- **What you should do**:
Show each line from the listing that includes the word "DIRECTION".
__________
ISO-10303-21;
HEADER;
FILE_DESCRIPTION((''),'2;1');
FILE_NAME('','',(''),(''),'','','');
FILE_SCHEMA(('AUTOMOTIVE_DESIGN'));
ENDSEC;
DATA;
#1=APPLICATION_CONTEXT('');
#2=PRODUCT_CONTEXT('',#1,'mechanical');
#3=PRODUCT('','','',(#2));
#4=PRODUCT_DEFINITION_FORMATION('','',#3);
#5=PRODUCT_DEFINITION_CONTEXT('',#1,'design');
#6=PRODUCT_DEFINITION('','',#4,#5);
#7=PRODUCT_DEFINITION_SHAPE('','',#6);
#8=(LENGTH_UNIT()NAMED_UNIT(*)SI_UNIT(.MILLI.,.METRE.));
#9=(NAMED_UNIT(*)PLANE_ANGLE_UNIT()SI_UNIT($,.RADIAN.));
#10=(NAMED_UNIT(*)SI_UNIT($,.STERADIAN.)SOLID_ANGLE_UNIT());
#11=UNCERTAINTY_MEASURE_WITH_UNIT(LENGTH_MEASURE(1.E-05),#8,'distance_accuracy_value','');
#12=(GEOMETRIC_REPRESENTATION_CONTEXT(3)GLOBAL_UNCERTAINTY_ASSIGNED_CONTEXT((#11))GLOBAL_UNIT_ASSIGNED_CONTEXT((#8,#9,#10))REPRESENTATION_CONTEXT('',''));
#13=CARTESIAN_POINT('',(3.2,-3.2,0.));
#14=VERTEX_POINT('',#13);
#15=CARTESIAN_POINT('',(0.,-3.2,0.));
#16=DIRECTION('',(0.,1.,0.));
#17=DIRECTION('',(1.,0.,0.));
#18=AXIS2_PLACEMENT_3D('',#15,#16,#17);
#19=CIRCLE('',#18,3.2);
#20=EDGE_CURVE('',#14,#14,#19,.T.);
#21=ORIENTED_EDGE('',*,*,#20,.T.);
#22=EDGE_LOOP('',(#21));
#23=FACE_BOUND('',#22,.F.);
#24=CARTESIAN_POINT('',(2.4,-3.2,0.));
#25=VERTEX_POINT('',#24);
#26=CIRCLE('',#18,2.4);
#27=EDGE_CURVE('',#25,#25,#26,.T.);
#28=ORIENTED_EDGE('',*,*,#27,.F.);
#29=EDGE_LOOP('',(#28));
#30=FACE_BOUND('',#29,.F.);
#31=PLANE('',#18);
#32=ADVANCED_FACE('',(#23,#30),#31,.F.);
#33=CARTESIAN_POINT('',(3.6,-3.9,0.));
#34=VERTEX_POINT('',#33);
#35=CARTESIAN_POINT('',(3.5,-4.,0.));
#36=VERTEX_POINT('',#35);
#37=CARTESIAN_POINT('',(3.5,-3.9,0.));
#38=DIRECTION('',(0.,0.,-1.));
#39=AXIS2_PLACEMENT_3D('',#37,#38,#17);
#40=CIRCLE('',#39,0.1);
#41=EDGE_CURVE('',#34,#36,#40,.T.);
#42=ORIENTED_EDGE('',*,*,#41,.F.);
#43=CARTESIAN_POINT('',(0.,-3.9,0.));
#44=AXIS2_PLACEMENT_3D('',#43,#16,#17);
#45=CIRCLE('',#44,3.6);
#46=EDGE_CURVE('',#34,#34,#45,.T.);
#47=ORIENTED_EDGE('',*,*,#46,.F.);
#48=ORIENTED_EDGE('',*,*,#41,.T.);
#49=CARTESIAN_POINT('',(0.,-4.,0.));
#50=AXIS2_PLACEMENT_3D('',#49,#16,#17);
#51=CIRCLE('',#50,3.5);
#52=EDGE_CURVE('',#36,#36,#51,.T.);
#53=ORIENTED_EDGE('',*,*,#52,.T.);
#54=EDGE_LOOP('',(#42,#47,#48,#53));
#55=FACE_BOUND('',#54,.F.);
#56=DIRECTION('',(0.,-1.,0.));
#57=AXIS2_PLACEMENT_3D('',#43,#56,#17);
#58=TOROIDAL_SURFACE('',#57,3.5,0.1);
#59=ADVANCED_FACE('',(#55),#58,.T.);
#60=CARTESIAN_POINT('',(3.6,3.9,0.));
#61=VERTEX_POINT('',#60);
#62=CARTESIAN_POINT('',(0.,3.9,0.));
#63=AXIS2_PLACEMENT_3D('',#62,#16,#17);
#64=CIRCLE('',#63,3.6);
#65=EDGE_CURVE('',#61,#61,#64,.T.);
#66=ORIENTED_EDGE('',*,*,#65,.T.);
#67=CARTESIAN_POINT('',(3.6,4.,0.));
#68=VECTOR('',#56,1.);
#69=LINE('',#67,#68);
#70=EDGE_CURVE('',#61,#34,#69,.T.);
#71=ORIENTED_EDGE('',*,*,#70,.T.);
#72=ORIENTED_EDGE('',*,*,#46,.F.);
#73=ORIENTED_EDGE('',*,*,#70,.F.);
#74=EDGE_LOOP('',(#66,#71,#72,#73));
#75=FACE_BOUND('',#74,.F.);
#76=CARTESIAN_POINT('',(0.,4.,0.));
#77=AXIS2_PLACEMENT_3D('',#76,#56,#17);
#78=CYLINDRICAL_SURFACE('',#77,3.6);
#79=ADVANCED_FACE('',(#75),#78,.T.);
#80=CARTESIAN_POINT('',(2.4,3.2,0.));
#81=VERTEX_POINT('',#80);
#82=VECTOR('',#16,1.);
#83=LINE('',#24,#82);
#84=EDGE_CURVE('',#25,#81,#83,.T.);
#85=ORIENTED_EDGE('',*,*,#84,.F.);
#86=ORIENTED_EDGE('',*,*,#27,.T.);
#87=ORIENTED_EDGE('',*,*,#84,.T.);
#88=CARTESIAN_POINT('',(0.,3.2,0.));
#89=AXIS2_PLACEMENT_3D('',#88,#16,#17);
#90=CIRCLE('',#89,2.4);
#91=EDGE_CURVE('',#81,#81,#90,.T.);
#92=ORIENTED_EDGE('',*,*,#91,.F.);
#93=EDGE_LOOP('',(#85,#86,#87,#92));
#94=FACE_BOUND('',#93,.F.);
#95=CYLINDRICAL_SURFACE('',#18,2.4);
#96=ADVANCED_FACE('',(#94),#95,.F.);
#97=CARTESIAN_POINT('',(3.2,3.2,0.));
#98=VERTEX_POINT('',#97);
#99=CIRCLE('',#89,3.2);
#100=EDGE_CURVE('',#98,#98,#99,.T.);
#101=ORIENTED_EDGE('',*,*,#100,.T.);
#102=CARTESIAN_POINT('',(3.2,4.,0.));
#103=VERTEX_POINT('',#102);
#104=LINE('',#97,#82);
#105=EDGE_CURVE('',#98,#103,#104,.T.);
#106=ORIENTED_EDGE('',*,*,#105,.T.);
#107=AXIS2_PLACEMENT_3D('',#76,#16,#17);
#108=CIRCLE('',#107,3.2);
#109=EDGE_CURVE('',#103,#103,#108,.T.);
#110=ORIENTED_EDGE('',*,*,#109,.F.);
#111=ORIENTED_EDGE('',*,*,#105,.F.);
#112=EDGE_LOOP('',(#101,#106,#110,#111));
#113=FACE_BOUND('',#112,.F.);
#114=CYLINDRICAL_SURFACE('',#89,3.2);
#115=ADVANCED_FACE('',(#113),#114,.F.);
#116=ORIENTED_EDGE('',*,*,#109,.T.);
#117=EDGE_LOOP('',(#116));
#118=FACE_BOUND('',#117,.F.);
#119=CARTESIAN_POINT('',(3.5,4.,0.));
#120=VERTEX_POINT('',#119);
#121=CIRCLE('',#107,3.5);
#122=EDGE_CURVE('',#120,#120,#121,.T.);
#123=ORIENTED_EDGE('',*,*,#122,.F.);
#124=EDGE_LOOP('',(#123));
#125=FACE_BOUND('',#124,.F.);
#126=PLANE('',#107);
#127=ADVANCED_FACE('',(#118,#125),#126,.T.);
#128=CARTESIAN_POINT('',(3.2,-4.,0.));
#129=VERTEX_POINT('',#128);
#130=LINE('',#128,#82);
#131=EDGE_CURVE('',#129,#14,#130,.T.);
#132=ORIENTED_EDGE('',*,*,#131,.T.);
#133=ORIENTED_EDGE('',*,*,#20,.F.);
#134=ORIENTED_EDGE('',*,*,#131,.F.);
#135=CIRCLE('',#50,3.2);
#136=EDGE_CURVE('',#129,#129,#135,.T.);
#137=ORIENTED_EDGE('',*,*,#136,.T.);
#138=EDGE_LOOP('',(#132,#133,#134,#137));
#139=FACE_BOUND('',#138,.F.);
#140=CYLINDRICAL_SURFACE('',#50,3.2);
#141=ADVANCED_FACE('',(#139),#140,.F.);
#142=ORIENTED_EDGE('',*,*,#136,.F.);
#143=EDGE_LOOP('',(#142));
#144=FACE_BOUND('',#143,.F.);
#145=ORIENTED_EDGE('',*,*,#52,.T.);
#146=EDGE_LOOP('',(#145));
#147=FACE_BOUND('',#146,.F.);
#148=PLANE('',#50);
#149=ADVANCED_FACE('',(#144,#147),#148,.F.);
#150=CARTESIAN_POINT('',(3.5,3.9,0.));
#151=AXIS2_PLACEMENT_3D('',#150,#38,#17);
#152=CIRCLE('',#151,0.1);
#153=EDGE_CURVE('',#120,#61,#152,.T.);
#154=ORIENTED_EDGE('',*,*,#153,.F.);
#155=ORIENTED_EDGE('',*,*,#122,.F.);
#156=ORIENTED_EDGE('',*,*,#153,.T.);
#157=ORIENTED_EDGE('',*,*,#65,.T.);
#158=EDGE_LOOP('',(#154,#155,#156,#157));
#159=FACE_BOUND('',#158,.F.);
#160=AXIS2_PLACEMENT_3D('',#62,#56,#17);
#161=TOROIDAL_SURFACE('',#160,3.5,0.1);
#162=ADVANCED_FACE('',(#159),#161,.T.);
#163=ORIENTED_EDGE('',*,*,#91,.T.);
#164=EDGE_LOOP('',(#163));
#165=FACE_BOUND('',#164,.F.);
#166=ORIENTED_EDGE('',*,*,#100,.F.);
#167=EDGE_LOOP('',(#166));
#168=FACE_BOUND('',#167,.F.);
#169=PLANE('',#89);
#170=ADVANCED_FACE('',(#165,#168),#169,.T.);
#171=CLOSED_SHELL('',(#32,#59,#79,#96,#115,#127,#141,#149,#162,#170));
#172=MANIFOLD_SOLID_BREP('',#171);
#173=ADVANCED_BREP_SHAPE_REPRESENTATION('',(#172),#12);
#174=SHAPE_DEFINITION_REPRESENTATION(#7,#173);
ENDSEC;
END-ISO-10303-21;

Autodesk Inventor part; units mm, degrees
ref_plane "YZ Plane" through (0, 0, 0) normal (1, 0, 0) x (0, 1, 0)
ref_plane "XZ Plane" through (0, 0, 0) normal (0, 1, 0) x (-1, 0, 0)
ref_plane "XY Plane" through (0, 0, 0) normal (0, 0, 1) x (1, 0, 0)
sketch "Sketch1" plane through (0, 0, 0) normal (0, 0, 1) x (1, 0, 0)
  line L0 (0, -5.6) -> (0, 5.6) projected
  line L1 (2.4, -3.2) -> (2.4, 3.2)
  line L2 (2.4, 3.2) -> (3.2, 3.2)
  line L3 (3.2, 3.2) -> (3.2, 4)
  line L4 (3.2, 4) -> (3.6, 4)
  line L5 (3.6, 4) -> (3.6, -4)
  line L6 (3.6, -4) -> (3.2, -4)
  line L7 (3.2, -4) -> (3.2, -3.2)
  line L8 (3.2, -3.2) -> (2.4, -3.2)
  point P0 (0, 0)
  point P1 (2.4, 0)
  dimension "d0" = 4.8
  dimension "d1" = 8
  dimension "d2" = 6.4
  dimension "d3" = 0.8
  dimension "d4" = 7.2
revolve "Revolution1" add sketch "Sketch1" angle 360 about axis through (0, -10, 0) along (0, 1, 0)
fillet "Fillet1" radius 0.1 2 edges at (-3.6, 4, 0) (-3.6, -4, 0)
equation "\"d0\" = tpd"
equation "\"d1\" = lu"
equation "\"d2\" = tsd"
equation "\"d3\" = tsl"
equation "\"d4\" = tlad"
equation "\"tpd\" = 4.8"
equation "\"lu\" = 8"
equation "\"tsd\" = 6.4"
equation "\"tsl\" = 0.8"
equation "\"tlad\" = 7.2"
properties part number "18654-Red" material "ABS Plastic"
__________
- **Response to the exercise**:
#16=DIRECTION('',(0.,1.,0.));
#17=DIRECTION('',(1.,0.,0.));
#38=DIRECTION('',(0.,0.,-1.));
#56=DIRECTION('',(0.,-1.,0.));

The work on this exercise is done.